New token break attacks bypass AI moderation with text changes for single characters

Cybersecurity researchers have discovered a new attack technology called Token Break It can be used to bypass the safety and content moderation guardrails of large language models (LLM) with single character changes.

“Token break attacks target tokenization strategies in the text classification model to induce false negatives and lead to end targets vulnerable to attacks in which the implemented protective model is introduced,” Kieran Evans, Kasimir Schulz, and Kenneth Yeung said in a report shared with Hacker News.

Tokenization is the basic step that LLM uses to break down raw text into atomic units (i.e., tokens). This is a general sequence of characters found in a set of text. To that end, the text input is converted to a numerical representation and fed into the model.

LLMS works by understanding the statistical relationships between these tokens, generating the next token in a set of tokens: Output tokens are depicted in human-readable text by mapping them to corresponding words using the vocabulary of Tokensor.

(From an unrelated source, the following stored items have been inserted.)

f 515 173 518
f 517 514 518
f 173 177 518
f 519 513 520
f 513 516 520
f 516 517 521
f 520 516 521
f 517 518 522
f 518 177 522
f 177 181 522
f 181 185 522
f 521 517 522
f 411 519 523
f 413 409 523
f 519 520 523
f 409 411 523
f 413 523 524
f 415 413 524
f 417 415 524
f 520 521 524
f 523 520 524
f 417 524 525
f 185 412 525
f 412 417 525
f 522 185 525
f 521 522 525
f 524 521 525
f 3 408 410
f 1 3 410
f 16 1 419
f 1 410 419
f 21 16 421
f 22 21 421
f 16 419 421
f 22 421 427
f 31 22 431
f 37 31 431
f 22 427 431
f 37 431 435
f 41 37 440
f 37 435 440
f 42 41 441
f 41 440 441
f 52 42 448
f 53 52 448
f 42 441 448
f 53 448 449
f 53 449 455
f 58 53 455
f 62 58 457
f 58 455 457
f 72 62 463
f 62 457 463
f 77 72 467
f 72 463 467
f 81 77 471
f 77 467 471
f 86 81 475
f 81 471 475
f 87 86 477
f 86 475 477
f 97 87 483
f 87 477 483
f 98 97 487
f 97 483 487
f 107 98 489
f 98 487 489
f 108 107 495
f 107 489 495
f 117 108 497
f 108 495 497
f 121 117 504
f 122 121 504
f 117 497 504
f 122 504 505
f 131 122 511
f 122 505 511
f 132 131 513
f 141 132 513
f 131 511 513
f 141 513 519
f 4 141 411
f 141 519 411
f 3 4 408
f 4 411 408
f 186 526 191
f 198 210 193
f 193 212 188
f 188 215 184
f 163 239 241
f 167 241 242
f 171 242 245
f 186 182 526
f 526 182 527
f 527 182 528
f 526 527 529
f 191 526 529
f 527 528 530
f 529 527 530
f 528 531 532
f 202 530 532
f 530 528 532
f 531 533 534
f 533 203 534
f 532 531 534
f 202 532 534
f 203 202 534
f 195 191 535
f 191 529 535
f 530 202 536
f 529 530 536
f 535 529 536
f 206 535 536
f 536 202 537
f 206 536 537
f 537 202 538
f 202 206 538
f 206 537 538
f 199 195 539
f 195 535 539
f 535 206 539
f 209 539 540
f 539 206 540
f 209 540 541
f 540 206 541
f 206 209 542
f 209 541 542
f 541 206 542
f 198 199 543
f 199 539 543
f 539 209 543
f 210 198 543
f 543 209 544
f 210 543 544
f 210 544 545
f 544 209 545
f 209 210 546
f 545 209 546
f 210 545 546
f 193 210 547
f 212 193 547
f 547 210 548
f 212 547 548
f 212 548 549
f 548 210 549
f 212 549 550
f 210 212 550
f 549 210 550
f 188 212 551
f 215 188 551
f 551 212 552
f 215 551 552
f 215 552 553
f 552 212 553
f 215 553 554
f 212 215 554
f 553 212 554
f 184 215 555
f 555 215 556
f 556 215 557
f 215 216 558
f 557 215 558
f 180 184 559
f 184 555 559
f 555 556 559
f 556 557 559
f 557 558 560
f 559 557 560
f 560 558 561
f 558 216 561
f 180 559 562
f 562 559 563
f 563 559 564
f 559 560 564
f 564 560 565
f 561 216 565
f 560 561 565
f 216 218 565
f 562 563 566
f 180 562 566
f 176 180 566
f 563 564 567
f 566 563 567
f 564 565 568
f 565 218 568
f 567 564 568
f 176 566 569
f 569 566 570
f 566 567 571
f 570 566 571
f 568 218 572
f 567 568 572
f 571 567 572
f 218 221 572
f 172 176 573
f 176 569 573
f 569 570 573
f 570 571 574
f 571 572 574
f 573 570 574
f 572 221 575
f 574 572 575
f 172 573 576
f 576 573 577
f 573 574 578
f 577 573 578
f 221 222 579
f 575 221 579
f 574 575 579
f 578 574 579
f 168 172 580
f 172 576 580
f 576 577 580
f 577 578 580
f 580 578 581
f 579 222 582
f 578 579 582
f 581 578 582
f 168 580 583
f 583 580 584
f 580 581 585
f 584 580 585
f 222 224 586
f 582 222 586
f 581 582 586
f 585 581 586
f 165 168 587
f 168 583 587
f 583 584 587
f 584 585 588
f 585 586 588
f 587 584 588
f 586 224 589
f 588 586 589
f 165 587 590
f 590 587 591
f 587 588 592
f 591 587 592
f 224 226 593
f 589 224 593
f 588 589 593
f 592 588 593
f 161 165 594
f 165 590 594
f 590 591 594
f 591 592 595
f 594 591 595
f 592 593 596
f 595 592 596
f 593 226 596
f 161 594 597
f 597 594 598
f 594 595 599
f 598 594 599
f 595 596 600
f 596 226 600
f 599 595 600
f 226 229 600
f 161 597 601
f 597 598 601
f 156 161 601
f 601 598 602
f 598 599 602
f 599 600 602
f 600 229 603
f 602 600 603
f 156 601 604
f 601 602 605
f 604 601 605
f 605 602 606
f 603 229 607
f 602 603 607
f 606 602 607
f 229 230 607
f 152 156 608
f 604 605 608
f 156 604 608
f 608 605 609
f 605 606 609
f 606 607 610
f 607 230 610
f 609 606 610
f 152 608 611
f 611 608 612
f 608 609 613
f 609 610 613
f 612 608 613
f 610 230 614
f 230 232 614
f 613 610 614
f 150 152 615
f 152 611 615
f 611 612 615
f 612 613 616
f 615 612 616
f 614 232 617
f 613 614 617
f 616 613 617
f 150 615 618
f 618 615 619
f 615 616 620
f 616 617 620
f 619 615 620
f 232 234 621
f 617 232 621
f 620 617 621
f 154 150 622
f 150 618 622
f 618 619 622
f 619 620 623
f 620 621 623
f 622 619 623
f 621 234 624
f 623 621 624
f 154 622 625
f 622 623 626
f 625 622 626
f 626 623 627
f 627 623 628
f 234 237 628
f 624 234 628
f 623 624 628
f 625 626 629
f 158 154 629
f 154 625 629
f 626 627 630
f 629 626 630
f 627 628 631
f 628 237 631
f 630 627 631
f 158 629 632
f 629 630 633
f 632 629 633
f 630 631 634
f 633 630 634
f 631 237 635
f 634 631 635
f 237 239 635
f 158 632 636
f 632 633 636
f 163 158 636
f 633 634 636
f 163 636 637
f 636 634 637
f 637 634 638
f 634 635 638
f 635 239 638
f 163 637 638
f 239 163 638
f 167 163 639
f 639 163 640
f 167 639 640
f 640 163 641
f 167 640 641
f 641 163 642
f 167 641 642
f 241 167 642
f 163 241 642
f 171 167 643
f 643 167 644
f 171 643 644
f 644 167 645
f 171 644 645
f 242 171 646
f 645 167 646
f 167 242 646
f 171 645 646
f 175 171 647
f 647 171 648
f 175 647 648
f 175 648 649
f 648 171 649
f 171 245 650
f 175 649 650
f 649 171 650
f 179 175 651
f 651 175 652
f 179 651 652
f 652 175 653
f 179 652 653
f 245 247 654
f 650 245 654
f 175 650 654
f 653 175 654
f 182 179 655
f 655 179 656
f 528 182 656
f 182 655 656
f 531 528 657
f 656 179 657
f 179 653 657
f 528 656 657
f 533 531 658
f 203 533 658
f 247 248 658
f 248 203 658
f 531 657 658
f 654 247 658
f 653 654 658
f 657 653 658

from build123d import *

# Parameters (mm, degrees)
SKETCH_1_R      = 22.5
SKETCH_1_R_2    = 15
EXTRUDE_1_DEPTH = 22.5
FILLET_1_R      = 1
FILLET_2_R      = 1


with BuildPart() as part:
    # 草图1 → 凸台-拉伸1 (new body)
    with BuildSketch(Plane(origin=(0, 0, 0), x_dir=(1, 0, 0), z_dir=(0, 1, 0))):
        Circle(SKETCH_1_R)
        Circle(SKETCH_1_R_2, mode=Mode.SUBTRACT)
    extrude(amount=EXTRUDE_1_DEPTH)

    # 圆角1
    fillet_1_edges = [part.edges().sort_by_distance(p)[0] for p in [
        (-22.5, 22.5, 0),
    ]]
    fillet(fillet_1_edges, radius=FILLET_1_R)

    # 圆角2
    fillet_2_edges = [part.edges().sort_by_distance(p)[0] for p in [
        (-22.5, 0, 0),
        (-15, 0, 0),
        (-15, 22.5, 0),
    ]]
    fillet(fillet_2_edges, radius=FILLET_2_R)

The attack technique devised by HiddenLayer targets tokenization strategies to bypass the ability of text classification models to detect text input and flag safety, spam, or content moderation-related issues in text input.

Specifically, artificial intelligence (AI) security companies have discovered that changing input words by adding characters in a specific way breaks the text classification model.

Examples include changing “instruction” to “finstruction”, “presentation” to “announcement” or “idiot” to “idiot”. These subtle changes allow different tokensors to split the text in different ways, retaining their meaning for the intended target.

What is noteworthy about the attack is that the manipulated text remains fully understood by both LLM and human readers, and the model elicits the same response as if unmodified text was passed as input.

By introducing some of the operations without affecting the ability to understand the model, token breaks increase the possibility of rapid injection attacks.

“This attack technique manipulates input text so that certain models give incorrect classification,” the researcher said in an accompanying paper. “Importantly, the final target (LLM or email recipient) is able to understand and respond to the manipulated text and therefore are vulnerable to the very attacks that the protective model has been introduced to prevent it.”

This attack has been found to be successful against text classification models using BPE (byte pair encoding) or wordpiece tokenization strategies, but not for those using Unigram.

“The token break attack technique shows that these protective models can be bypassed by manipulating input text and making production systems vulnerable,” the researchers said. “Knowing the family of underlying conservation models and their tokenization strategies is important to understand their sensitivity to this attack.”

“Tokenization strategies usually correlate with model families, so there is a simple mitigation. Choose the option to use Unigram tokens.”

To protect against token breaks, researchers suggest using Unigram Tokensor where possible, training the model with bypass trick examples, to ensure that tokenization and model logic remain consistent. It also helps you to record misclassifications and find patterns that suggest manipulation.

This study will be less than a month after HiddenLayer uncovered how to extract sensitive data using Model Context Protocol (MCP) tools.

This discovery also comes when the Straiker AI Research (STAR) team discovers that they use their backs to jailbreak AI chatbots and trick them into generating unwanted responses, such as oaths, promoting violence, and creating sexually explicit content.

Called the yearbook attack, this technique has proven effective against a variety of models from humanity, Deepseek, Google, Meta, Microsoft, Mistral AI, and Openai.

“They blend into the noise of everyday prompts – the quirky mystery here, the acronym for motivation – so they bypass the blunt instruments that models use to find dangerous intent.”

“Players like “friendship, unity, care, kindness” do not set up a flag. But by the time the model completes the pattern, it already offers the payload, the key to doing this trick well. ”

“These methods succeed by sliding underneath the filters of the model rather than overwhelm them. They leverage methods to consider the continuity of the completion bias and pattern, as well as the consistency of the context to the model’s intentional analysis.”